> **What you will do**
From the line with "#28=ORIENTED_EDGE('',*,*,#27,.T.);" through the line with "#62=PLANE('',#61);", repeat the entries verbatim, both end lines included, and add nothing.

> **Records**
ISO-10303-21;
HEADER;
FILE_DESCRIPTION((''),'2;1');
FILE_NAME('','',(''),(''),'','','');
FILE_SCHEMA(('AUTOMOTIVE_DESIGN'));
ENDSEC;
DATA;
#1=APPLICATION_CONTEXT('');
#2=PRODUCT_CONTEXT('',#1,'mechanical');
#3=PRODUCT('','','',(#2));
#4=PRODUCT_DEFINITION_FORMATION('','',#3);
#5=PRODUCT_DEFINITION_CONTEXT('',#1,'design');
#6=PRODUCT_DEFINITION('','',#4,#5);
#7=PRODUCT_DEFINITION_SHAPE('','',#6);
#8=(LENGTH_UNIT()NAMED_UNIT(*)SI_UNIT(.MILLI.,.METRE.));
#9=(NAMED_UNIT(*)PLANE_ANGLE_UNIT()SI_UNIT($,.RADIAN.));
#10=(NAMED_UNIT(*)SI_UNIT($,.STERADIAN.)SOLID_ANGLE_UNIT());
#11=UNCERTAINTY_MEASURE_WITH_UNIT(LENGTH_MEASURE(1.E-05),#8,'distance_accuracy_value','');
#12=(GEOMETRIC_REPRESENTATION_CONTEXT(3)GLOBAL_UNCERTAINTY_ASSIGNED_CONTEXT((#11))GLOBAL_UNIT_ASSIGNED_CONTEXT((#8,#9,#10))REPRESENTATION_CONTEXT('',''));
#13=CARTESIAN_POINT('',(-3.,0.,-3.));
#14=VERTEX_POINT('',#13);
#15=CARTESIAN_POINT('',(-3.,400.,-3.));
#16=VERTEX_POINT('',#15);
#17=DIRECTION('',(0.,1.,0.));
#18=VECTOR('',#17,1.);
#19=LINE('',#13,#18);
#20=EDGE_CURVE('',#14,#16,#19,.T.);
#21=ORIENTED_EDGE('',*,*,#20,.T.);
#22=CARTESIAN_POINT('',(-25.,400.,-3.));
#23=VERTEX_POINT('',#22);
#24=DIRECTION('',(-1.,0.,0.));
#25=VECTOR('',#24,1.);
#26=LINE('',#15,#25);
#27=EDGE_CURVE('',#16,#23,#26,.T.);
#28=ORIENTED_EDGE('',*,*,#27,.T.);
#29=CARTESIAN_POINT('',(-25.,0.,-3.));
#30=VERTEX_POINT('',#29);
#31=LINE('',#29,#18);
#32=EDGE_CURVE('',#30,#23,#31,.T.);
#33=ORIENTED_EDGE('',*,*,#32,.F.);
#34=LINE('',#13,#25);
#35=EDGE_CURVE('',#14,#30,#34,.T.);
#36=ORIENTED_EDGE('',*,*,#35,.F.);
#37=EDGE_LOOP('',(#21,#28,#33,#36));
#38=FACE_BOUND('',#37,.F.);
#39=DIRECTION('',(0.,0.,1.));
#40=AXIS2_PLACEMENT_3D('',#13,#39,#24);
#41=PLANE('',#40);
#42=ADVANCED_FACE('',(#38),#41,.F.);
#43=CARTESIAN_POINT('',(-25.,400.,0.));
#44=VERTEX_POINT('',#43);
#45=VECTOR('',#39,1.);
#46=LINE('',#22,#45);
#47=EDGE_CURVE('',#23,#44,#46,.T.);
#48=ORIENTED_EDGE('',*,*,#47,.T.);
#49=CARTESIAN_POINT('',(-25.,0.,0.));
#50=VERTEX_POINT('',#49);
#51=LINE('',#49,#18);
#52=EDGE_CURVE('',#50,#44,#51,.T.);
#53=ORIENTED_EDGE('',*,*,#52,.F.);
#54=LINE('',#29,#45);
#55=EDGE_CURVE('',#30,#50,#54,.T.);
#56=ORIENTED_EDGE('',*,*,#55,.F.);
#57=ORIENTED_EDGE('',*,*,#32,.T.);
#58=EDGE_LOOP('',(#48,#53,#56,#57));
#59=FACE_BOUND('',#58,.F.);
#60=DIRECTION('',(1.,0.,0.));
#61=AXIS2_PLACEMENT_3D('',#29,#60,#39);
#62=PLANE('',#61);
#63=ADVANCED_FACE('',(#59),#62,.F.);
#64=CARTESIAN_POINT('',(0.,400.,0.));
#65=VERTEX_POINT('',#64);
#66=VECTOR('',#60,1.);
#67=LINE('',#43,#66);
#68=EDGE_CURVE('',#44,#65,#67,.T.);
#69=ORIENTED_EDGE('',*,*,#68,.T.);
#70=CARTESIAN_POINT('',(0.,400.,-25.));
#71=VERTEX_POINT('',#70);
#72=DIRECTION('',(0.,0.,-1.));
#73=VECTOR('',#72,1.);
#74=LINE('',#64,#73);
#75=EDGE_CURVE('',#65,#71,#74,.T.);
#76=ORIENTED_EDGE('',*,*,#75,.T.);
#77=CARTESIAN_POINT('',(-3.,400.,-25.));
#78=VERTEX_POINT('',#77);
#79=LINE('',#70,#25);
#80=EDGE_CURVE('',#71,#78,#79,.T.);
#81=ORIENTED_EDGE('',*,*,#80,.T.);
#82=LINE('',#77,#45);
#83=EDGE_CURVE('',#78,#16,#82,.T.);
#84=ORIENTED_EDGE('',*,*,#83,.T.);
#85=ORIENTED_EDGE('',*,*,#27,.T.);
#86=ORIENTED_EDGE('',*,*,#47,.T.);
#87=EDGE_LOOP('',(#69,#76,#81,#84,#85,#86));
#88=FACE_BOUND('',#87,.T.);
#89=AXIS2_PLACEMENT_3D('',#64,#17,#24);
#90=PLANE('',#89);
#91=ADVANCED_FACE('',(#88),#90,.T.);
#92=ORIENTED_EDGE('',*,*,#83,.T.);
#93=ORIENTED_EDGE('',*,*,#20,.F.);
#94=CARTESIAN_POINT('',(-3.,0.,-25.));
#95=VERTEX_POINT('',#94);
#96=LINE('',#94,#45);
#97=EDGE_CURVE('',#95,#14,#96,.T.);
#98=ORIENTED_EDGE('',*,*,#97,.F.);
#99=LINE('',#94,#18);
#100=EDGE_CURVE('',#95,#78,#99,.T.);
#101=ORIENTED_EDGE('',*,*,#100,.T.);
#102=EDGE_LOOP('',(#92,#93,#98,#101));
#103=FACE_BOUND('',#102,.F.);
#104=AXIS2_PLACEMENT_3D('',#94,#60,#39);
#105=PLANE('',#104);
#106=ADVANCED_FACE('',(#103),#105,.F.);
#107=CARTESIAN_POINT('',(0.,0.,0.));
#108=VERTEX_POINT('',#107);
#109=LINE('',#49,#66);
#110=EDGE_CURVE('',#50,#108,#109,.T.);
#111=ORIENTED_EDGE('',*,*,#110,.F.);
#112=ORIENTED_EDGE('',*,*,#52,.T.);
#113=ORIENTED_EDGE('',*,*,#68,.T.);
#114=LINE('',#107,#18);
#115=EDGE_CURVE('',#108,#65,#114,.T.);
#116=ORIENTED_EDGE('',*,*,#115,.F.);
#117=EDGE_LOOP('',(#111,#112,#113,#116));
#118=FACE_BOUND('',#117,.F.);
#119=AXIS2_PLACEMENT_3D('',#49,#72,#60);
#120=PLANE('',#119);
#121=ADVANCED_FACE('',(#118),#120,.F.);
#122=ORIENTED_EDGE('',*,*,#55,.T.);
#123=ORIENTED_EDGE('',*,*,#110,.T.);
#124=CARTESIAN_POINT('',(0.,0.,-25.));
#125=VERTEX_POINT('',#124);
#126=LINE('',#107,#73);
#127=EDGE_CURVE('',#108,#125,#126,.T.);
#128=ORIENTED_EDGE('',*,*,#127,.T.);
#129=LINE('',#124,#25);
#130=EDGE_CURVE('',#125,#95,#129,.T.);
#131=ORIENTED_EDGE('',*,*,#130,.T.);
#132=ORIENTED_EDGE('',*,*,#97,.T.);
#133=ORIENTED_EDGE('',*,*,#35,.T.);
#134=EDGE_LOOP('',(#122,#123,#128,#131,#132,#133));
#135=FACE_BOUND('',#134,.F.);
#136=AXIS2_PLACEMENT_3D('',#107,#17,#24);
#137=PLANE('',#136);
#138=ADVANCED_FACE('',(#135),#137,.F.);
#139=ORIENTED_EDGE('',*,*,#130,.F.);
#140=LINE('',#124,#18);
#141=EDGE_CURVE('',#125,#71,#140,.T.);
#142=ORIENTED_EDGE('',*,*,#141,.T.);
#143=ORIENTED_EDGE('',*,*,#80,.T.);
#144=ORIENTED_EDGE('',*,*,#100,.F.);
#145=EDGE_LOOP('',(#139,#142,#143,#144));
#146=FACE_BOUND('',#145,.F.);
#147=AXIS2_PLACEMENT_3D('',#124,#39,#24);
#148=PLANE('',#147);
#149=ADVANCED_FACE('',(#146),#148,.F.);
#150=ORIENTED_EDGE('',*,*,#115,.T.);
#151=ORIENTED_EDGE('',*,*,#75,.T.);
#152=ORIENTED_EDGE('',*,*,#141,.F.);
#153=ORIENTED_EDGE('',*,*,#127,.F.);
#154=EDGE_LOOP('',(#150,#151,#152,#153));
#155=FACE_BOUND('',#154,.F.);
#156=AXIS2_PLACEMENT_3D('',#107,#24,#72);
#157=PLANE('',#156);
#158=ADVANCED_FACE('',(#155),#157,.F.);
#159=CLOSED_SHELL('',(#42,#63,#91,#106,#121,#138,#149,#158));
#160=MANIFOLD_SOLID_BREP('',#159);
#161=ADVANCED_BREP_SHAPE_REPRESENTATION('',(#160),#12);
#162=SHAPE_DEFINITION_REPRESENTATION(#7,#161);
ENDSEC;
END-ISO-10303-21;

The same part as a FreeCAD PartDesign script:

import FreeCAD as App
import Part
import Sketcher

V = App.Vector
Q = App.Units.Quantity


def add_polygon(sketch, points):
    """Adds a closed chain of lines whose ends are joined by coincident constraints."""
    first, n = sketch.GeometryCount, len(points)
    for a, b in zip(points, points[1:] + points[:1]):
        sketch.addGeometry(Part.LineSegment(App.Vector(*a, 0), App.Vector(*b, 0)), False)
    for i in range(n):
        sketch.addConstraint(Sketcher.Constraint("Coincident", first + i, 2, first + (i + 1) % n, 1))

doc = App.newDocument("Part")
body = doc.addObject("PartDesign::Body", "Body")

# Sketch on XZ plane
sketch1 = doc.addObject("Sketcher::SketchObject", "Sketch")
body.addObject(sketch1)
sketch1.AttachmentSupport = (doc.XZ_Plane, [""])
sketch1.MapMode = "FlatFace"
add_polygon(sketch1, [(-25, 0), (0, 0), (0, -25), (-3, -25), (-3, -3), (-25, -3)])  # lines 0-5
sketch1.addConstraint([
    Sketcher.Constraint("Horizontal", 0),
    Sketcher.Constraint("Vertical", 1),
    Sketcher.Constraint("Horizontal", 2),
    Sketcher.Constraint("Vertical", 3),
    Sketcher.Constraint("Horizontal", 4),
    Sketcher.Constraint("Vertical", 5),
    Sketcher.Constraint("Coincident", 0, 2, -1, 1),
    Sketcher.Constraint("Equal", 0, 1),
    Sketcher.Constraint("Equal", 4, 3),
    Sketcher.Constraint("DistanceX", 0, 1, 0, 2, Q("25 mm")),
    Sketcher.Constraint("DistanceX", 2, 2, 2, 1, Q("3 mm")),
])
pad1 = doc.addObject("PartDesign::Pad", "Pad")
body.addObject(pad1)
pad1.Profile = sketch1
pad1.Length = 400
pad1.Reversed = True

doc.recompute()
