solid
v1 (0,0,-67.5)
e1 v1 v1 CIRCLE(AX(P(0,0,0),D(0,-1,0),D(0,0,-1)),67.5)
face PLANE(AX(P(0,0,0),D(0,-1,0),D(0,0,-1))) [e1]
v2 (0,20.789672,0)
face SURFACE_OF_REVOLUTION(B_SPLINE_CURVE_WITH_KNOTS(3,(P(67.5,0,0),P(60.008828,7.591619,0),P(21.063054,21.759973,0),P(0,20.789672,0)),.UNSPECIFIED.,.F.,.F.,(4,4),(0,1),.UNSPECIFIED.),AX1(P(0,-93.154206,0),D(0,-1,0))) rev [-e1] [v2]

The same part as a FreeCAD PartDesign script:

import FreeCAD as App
import Part
import Sketcher

V = App.Vector

doc = App.newDocument("Part")
params = doc.addObject("Spreadsheet::Sheet", "Params")
for row, (alias, value) in enumerate([
    ("revolution_angle", "360 deg"),
], start=1):
    params.set(f"A{row}", alias)
    params.set(f"B{row}", "=" + value)
    params.setAlias(f"B{row}", alias)

body = doc.addObject("PartDesign::Body", "Body")

sketch1 = body.newObject("Sketcher::SketchObject", "Sketch")
sketch1.AttachmentSupport = (doc.getObject("XY_Plane"), [""])
sketch1.MapMode = "FlatFace"
sketch1.addGeometry(Part.LineSegment(V(0, 20.789672, 0), V(0, 0, 0)), False)
sketch1.addGeometry(Part.LineSegment(V(0, 0, 0), V(67.5, 0, 0)), False)
sketch1.addGeometry(Part.BSplineCurve([V(67.5, 0, 0), V(60.008828, 7.591619, 0), V(21.063054, 21.759973, 0), V(0, 20.789672, 0)], [4, 4], [0, 1], False, 3, [1, 1, 1, 1], False), False)
sketch1.addConstraint(Sketcher.Constraint("Block", 2))
sketch1.addConstraint(Sketcher.Constraint("Coincident", 0, 2, 1, 1))
sketch1.addConstraint(Sketcher.Constraint("Coincident", 1, 2, 2, 1))
sketch1.addConstraint(Sketcher.Constraint("Coincident", 2, 2, 0, 1))
sketch1.addConstraint(Sketcher.Constraint("Vertical", 0))
sketch1.addConstraint(Sketcher.Constraint("Horizontal", 1))
revolution = body.newObject("PartDesign::Revolution", "Revolution")
revolution.Profile = sketch1
revolution.ReferenceAxis = (sketch1, ["V_Axis"])
revolution.setExpression("Angle", "Params.revolution_angle")

doc.recompute()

> **Expected output**
#28=ORIENTED_EDGE('',*,*,#27,.T.);
#29=CARTESIAN_POINT('',(-25.,0.,-3.));
#30=VERTEX_POINT('',#29);
#31=LINE('',#29,#18);
#32=EDGE_CURVE('',#30,#23,#31,.T.);
#33=ORIENTED_EDGE('',*,*,#32,.F.);
#34=LINE('',#13,#25);
#35=EDGE_CURVE('',#14,#30,#34,.T.);
#36=ORIENTED_EDGE('',*,*,#35,.F.);
#37=EDGE_LOOP('',(#21,#28,#33,#36));
#38=FACE_BOUND('',#37,.F.);
#39=DIRECTION('',(0.,0.,1.));
#40=AXIS2_PLACEMENT_3D('',#13,#39,#24);
#41=PLANE('',#40);
#42=ADVANCED_FACE('',(#38),#41,.F.);
#43=CARTESIAN_POINT('',(-25.,400.,0.));
#44=VERTEX_POINT('',#43);
#45=VECTOR('',#39,1.);
#46=LINE('',#22,#45);
#47=EDGE_CURVE('',#23,#44,#46,.T.);
#48=ORIENTED_EDGE('',*,*,#47,.T.);
#49=CARTESIAN_POINT('',(-25.,0.,0.));
#50=VERTEX_POINT('',#49);
#51=LINE('',#49,#18);
#52=EDGE_CURVE('',#50,#44,#51,.T.);
#53=ORIENTED_EDGE('',*,*,#52,.F.);
#54=LINE('',#29,#45);
#55=EDGE_CURVE('',#30,#50,#54,.T.);
#56=ORIENTED_EDGE('',*,*,#55,.F.);
#57=ORIENTED_EDGE('',*,*,#32,.T.);
#58=EDGE_LOOP('',(#48,#53,#56,#57));
#59=FACE_BOUND('',#58,.F.);
#60=DIRECTION('',(1.,0.,0.));
#61=AXIS2_PLACEMENT_3D('',#29,#60,#39);
#62=PLANE('',#61);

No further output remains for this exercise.